START DATASET EXTRACT

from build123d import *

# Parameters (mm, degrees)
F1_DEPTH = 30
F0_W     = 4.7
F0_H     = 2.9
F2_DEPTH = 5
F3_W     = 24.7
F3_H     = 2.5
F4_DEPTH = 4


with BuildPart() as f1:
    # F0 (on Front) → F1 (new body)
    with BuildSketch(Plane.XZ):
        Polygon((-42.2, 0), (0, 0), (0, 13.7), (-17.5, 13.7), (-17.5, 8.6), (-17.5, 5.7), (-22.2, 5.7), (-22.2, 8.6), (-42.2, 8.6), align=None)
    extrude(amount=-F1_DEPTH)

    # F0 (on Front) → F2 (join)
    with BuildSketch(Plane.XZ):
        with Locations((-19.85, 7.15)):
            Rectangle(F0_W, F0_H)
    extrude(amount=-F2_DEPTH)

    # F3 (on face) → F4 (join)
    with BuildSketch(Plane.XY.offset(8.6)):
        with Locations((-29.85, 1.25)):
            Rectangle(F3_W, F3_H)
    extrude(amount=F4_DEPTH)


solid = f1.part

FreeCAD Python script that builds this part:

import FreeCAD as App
import Part
import Sketcher

V = App.Vector
Q = App.Units.Quantity


def add_polygon(sketch, points):
    """Adds a closed chain of lines whose ends are joined by coincident constraints."""
    first, n = sketch.GeometryCount, len(points)
    for a, b in zip(points, points[1:] + points[:1]):
        sketch.addGeometry(Part.LineSegment(App.Vector(*a, 0), App.Vector(*b, 0)), False)
    for i in range(n):
        sketch.addConstraint(Sketcher.Constraint("Coincident", first + i, 2, first + (i + 1) % n, 1))

doc = App.newDocument("Part")
body = doc.addObject("PartDesign::Body", "Body")

sketch1 = doc.addObject("Sketcher::SketchObject", "Sketch")
body.addObject(sketch1)
sketch1.AttachmentSupport = (doc.XZ_Plane, [""])
sketch1.MapMode = "FlatFace"
add_polygon(sketch1, [(-42.2, 0), (0, 0), (0, 13.7), (-17.5, 13.7), (-17.5, 5.7), (-22.2, 5.7), (-22.2, 8.6), (-42.2, 8.6)])
sketch1.addConstraint([
    Sketcher.Constraint("Horizontal", 0),
    Sketcher.Constraint("Vertical", 1),
    Sketcher.Constraint("Horizontal", 2),
    Sketcher.Constraint("Vertical", 3),
    Sketcher.Constraint("Horizontal", 4),
    Sketcher.Constraint("Vertical", 5),
    Sketcher.Constraint("Horizontal", 6),
    Sketcher.Constraint("Vertical", 7),
    Sketcher.Constraint("Coincident", 0, 2, -1, 1),
    Sketcher.Constraint("DistanceX", 6, 2, 6, 1, Q("20 mm")),
    Sketcher.Constraint("DistanceY", 3, 2, 3, 1, Q("8 mm")),
    Sketcher.Constraint("DistanceX", 0, 1, 0, 2, Q("42.2 mm")),
    Sketcher.Constraint("DistanceX", 2, 2, 2, 1, Q("17.5 mm")),
    Sketcher.Constraint("DistanceY", 1, 1, 1, 2, Q("13.7 mm")),
    Sketcher.Constraint("DistanceY", 5, 1, 5, 2, Q("2.9 mm")),
])
pad1 = doc.addObject("PartDesign::Pad", "Pad")
body.addObject(pad1)
pad1.Profile = sketch1
pad1.Length = 30
pad1.Reversed = True

sketch2 = doc.addObject("Sketcher::SketchObject", "Sketch001")
body.addObject(sketch2)
sketch2.AttachmentSupport = (doc.XZ_Plane, [""])
sketch2.MapMode = "FlatFace"
add_polygon(sketch2, [(-22.2, 8.6), (-22.2, 5.7), (-17.5, 5.7), (-17.5, 8.6)])
sketch2.addConstraint([
    Sketcher.Constraint("Vertical", 0),
    Sketcher.Constraint("Horizontal", 1),
    Sketcher.Constraint("Vertical", 2),
    Sketcher.Constraint("Horizontal", 3),
    Sketcher.Constraint("DistanceX", 1, 1, 1, 2, Q("4.7 mm")),
    Sketcher.Constraint("DistanceY", 0, 2, 0, 1, Q("2.9 mm")),
    Sketcher.Constraint("DistanceX", 0, 2, -1, 1, Q("22.2 mm")),
    Sketcher.Constraint("DistanceY", -1, 1, 0, 2, Q("5.7 mm")),
])
pad2 = doc.addObject("PartDesign::Pad", "Pad001")
body.addObject(pad2)
pad2.Profile = sketch2
pad2.Length = 5
pad2.Reversed = True

sketch3 = doc.addObject("Sketcher::SketchObject", "Sketch002")
body.addObject(sketch3)
sketch3.AttachmentSupport = (doc.XY_Plane, [""])
sketch3.MapMode = "FlatFace"
sketch3.AttachmentOffset = App.Placement(V(0, 0, 8.6), App.Rotation())
add_polygon(sketch3, [(-42.2, 2.5), (-42.2, 0), (-17.5, 0), (-17.5, 2.5)])
sketch3.addConstraint([
    Sketcher.Constraint("Vertical", 0),
    Sketcher.Constraint("Horizontal", 1),
    Sketcher.Constraint("Vertical", 2),
    Sketcher.Constraint("Horizontal", 3),
    Sketcher.Constraint("PointOnObject", 0, 2, -1),
    Sketcher.Constraint("DistanceX", 1, 1, 1, 2, Q("24.7 mm")),
    Sketcher.Constraint("DistanceY", 0, 2, 0, 1, Q("2.5 mm")),
    Sketcher.Constraint("DistanceX", 0, 2, -1, 1, Q("42.2 mm")),
])
pad3 = doc.addObject("PartDesign::Pad", "Pad002")
body.addObject(pad3)
pad3.Profile = sketch3
pad3.Length = 4

doc.recompute()
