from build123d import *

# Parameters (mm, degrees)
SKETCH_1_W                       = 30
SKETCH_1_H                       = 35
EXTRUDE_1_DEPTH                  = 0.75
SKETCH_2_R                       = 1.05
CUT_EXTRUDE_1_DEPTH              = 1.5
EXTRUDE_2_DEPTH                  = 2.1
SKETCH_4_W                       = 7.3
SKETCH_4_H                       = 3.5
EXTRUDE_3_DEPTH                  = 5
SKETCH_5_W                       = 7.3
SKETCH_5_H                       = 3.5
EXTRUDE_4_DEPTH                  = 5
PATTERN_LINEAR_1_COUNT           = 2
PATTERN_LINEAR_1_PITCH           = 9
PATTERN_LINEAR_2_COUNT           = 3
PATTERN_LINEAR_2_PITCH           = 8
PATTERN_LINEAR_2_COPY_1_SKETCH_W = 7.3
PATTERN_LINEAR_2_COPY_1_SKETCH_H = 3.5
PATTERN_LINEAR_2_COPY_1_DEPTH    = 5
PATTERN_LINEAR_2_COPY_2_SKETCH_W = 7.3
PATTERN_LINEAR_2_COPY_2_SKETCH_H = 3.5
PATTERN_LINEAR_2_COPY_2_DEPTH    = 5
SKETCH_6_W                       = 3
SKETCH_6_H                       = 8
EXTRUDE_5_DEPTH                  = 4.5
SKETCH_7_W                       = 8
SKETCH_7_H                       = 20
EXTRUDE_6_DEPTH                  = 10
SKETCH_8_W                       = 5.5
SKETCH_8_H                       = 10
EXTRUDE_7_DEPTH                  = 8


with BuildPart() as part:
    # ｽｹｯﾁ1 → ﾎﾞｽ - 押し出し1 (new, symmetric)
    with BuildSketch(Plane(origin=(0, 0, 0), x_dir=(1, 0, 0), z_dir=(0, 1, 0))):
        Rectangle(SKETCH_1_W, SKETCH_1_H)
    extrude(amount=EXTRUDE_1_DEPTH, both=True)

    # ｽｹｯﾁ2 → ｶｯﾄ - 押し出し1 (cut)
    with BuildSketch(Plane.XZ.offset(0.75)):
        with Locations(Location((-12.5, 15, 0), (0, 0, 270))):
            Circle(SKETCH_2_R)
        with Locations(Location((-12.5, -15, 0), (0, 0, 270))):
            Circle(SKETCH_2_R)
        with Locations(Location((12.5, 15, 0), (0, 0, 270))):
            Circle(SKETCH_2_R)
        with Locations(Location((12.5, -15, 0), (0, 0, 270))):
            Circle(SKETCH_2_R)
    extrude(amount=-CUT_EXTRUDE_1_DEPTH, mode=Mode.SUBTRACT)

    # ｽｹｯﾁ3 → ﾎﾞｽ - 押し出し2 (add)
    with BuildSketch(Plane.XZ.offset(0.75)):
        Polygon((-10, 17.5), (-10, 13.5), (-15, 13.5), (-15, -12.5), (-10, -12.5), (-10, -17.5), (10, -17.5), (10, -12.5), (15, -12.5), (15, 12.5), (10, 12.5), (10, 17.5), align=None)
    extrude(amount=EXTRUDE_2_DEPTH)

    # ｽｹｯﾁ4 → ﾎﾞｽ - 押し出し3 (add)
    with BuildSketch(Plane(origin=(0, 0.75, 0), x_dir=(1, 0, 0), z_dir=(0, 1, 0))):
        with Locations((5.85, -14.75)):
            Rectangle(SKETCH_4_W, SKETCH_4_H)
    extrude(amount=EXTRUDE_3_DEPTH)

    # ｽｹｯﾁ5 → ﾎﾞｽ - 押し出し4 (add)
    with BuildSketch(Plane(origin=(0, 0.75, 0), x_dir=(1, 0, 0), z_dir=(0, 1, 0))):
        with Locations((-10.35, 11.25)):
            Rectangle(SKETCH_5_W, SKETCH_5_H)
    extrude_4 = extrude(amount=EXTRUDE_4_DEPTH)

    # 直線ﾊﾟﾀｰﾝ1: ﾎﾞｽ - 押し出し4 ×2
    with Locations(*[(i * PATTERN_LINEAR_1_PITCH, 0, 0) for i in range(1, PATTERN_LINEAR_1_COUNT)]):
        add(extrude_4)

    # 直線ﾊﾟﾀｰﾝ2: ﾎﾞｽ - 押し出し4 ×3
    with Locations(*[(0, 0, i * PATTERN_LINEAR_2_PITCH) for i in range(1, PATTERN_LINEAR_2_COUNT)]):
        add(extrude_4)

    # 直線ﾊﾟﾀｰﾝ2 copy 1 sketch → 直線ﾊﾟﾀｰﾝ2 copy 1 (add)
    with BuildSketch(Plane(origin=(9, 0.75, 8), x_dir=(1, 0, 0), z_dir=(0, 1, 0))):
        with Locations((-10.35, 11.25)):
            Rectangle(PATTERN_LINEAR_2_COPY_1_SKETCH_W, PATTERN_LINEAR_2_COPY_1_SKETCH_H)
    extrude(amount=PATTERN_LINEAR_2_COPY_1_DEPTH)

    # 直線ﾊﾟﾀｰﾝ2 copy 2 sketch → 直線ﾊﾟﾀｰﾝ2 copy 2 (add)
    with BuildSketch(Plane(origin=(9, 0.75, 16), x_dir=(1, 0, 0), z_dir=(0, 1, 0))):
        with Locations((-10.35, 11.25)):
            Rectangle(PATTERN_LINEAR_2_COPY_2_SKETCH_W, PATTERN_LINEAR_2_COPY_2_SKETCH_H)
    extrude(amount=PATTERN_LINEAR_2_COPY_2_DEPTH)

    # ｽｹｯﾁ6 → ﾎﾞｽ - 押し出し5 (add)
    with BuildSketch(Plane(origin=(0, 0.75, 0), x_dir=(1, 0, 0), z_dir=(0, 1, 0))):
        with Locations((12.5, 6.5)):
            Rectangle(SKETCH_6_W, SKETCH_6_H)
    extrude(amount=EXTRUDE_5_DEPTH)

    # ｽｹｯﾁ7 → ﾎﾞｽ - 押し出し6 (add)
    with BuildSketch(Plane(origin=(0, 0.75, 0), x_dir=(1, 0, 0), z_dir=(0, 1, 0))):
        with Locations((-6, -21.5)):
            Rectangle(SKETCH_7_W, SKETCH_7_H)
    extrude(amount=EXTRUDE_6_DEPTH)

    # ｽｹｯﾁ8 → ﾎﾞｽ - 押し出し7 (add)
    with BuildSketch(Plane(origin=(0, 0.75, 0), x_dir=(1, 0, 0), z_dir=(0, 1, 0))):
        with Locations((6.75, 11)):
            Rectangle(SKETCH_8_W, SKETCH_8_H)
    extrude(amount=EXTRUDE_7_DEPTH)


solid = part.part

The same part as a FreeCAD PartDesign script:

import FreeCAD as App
import Part
import Sketcher
from FreeCAD import Vector
Q = App.Units.Quantity


def add_polygon(sketch, points):
    """Adds a closed chain of lines whose ends are joined by coincident constraints."""
    first, n = sketch.GeometryCount, len(points)
    for a, b in zip(points, points[1:] + points[:1]):
        sketch.addGeometry(Part.LineSegment(App.Vector(*a, 0), App.Vector(*b, 0)), False)
    for i in range(n):
        sketch.addConstraint(Sketcher.Constraint("Coincident", first + i, 2, first + (i + 1) % n, 1))

doc = App.newDocument("Part")
body = doc.addObject("PartDesign::Body", "Body")

sketch1 = body.newObject("Sketcher::SketchObject", "Sketch")
sketch1.AttachmentSupport = (doc.getObject("XZ_Plane"), [""])
sketch1.MapMode = "FlatFace"
add_polygon(sketch1, [(-15, -18), (-15, 18), (15, 18), (15, -18)])
sketch1.addConstraint(Sketcher.Constraint("Vertical", 0))
sketch1.addConstraint(Sketcher.Constraint("Horizontal", 1))
sketch1.addConstraint(Sketcher.Constraint("Vertical", 2))
sketch1.addConstraint(Sketcher.Constraint("Horizontal", 3))
sketch1.addConstraint(Sketcher.Constraint("Symmetric", 0, 2, 2, 2, -1, 1))
sketch1.addConstraint(Sketcher.Constraint("DistanceX", 1, 1, 1, 2, Q("30 mm")))
sketch1.addConstraint(Sketcher.Constraint("DistanceY", 0, 1, 0, 2, Q("35 mm")))
pad1 = body.newObject("PartDesign::Pad", "Pad")
pad1.Profile = sketch1
pad1.Length = 1.5
pad1.Midplane = True

sketch2 = body.newObject("Sketcher::SketchObject", "Sketch001")
sketch2.AttachmentSupport = (doc.getObject("XZ_Plane"), [""])
sketch2.MapMode = "FlatFace"
sketch2.AttachmentOffset = App.Placement(Vector(0, 0, 0.75), App.Rotation())
sketch2.addGeometry(Part.Circle(Vector(-12.5, 15, 0), Vector(0, 0, 1), 1.1), False)
sketch2.addGeometry(Part.Circle(Vector(-12.5, -15, 0), Vector(0, 0, 1), 1.1), False)
sketch2.addGeometry(Part.Circle(Vector(12.5, 15, 0), Vector(0, 0, 1), 1.1), False)
sketch2.addGeometry(Part.Circle(Vector(12.5, -15, 0), Vector(0, 0, 1), 1.1), False)
sketch2.addConstraint(Sketcher.Constraint("Equal", 0, 1))
sketch2.addConstraint(Sketcher.Constraint("Equal", 1, 2))
sketch2.addConstraint(Sketcher.Constraint("Equal", 2, 3))
sketch2.addConstraint(Sketcher.Constraint("Symmetric", 1, 3, 2, 3, -1, 1))
sketch2.addConstraint(Sketcher.Constraint("Symmetric", 0, 3, 3, 3, -1, 1))
sketch2.addConstraint(Sketcher.Constraint("Symmetric", 0, 3, 2, 3, -2))
sketch2.addConstraint(Sketcher.Constraint("Diameter", 0, Q("2.1 mm")))
sketch2.addConstraint(Sketcher.Constraint("DistanceY", -1, 1, 0, 3, Q("15 mm")))
sketch2.addConstraint(Sketcher.Constraint("DistanceX", 0, 3, 2, 3, Q("25 mm")))
pocket1 = body.newObject("PartDesign::Pocket", "Pocket")
pocket1.Profile = sketch2
pocket1.Length = 1.5

sketch3 = body.newObject("Sketcher::SketchObject", "Sketch002")
sketch3.AttachmentSupport = (doc.getObject("XZ_Plane"), [""])
sketch3.MapMode = "FlatFace"
sketch3.AttachmentOffset = App.Placement(Vector(0, 0, 0.75), App.Rotation())
add_polygon(sketch3, [(-10, 17.5), (-10, 13.5), (-15, 13.5), (-15, -12.5), (-10, -12.5), (-10, -17.5), (10, -17.5), (10, -12.5), (15, -12.5), (15, 12.5), (10, 12.5), (10, 17.5)])
sketch3.addConstraint(Sketcher.Constraint("Vertical", 0))
sketch3.addConstraint(Sketcher.Constraint("Horizontal", 1))
sketch3.addConstraint(Sketcher.Constraint("Vertical", 2))
sketch3.addConstraint(Sketcher.Constraint("Horizontal", 3))
sketch3.addConstraint(Sketcher.Constraint("Vertical", 4))
sketch3.addConstraint(Sketcher.Constraint("Horizontal", 5))
sketch3.addConstraint(Sketcher.Constraint("Vertical", 6))
sketch3.addConstraint(Sketcher.Constraint("Horizontal", 7))
sketch3.addConstraint(Sketcher.Constraint("Vertical", 8))
sketch3.addConstraint(Sketcher.Constraint("Horizontal", 9))
sketch3.addConstraint(Sketcher.Constraint("Vertical", 10))
sketch3.addConstraint(Sketcher.Constraint("Horizontal", 11))
sketch3.addConstraint(Sketcher.Constraint("Symmetric", 2, 2, 8, 2, -1, 1))
sketch3.addConstraint(Sketcher.Constraint("Symmetric", 4, 2, 10, 2, -1, 1))
sketch3.addConstraint(Sketcher.Constraint("Symmetric", 3, 2, 6, 2, -2))
sketch3.addConstraint(Sketcher.Constraint("Vertical", 0, 2, 3, 2))
sketch3.addConstraint(Sketcher.Constraint("Equal", 9, 4))
sketch3.addConstraint(Sketcher.Constraint("DistanceX", 1, 2, 1, 1, Q("5 mm")))
sketch3.addConstraint(Sketcher.Constraint("DistanceX", 5, 1, 5, 2, Q("20 mm")))
sketch3.addConstraint(Sketcher.Constraint("DistanceY", 0, 2, 0, 1, Q("4 mm")))
sketch3.addConstraint(Sketcher.Constraint("DistanceY", 2, 2, 2, 1, Q("26 mm")))
pad2 = body.newObject("PartDesign::Pad", "Pad001")
pad2.Profile = sketch3
pad2.Length = 2.1

sketch4 = body.newObject("Sketcher::SketchObject", "Sketch003")
sketch4.AttachmentSupport = (doc.getObject("XZ_Plane"), [""])
sketch4.MapMode = "FlatFace"
sketch4.AttachmentOffset = App.Placement(Vector(0, 0, -0.75), App.Rotation())
add_polygon(sketch4, [(2.2, 13), (2.2, 16.5), (9.5, 16.5), (9.5, 13)])
sketch4.addConstraint(Sketcher.Constraint("Vertical", 0))
sketch4.addConstraint(Sketcher.Constraint("Horizontal", 1))
sketch4.addConstraint(Sketcher.Constraint("Vertical", 2))
sketch4.addConstraint(Sketcher.Constraint("Horizontal", 3))
sketch4.addConstraint(Sketcher.Constraint("DistanceX", 1, 1, 1, 2, Q("7.3 mm")))
sketch4.addConstraint(Sketcher.Constraint("DistanceY", 0, 1, 0, 2, Q("3.5 mm")))
sketch4.addConstraint(Sketcher.Constraint("DistanceY", -1, 1, 2, 2, Q("13 mm")))
sketch4.addConstraint(Sketcher.Constraint("DistanceX", -1, 1, 0, 2, Q("2.2 mm")))
pad3 = body.newObject("PartDesign::Pad", "Pad002")
pad3.Profile = sketch4
pad3.Length = 5
pad3.Reversed = True

sketch5 = body.newObject("Sketcher::SketchObject", "Sketch004")
sketch5.AttachmentSupport = (doc.getObject("XZ_Plane"), [""])
sketch5.MapMode = "FlatFace"
sketch5.AttachmentOffset = App.Placement(Vector(0, 0, -0.75), App.Rotation())
add_polygon(sketch5, [(-14, -13), (-14, -9.5), (-6.7, -9.5), (-6.7, -13)])
sketch5.addConstraint(Sketcher.Constraint("Vertical", 0))
sketch5.addConstraint(Sketcher.Constraint("Horizontal", 1))
sketch5.addConstraint(Sketcher.Constraint("Vertical", 2))
sketch5.addConstraint(Sketcher.Constraint("Horizontal", 3))
sketch5.addConstraint(Sketcher.Constraint("DistanceX", 1, 1, 1, 2, Q("7.3 mm")))
sketch5.addConstraint(Sketcher.Constraint("DistanceY", 0, 1, 0, 2, Q("3.5 mm")))
sketch5.addConstraint(Sketcher.Constraint("DistanceX", 0, 2, -1, 1, Q("14 mm")))
sketch5.addConstraint(Sketcher.Constraint("DistanceY", 2, 2, -1, 1, Q("13 mm")))
pad4 = body.newObject("PartDesign::Pad", "Pad003")
pad4.Profile = sketch5
pad4.Length = 5
pad4.Reversed = True
doc.recompute()

linearpattern = body.newObject("PartDesign::LinearPattern", "LinearPattern")
linearpattern.Originals = [pad4]
linearpattern.Direction = (doc.getObject("X_Axis"), [""])
linearpattern.Mode = "offset"
linearpattern.Offset = 9
linearpattern.Occurrences = 2
body.Tip = linearpattern
doc.recompute()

END DATASET EXTRACT

* EXERCISE *
Out of the preceding entries, pull each line that contains the word "None".

* SOLUTION TO THE EXERCISE *
        Polygon((-42.2, 0), (0, 0), (0, 13.7), (-17.5, 13.7), (-17.5, 8.6), (-17.5, 5.7), (-22.2, 5.7), (-22.2, 8.6), (-42.2, 8.6), align=None)
        Polygon((-10, 17.5), (-10, 13.5), (-15, 13.5), (-15, -12.5), (-10, -12.5), (-10, -17.5), (10, -17.5), (10, -12.5), (15, -12.5), (15, 12.5), (10, 12.5), (10, 17.5), align=None)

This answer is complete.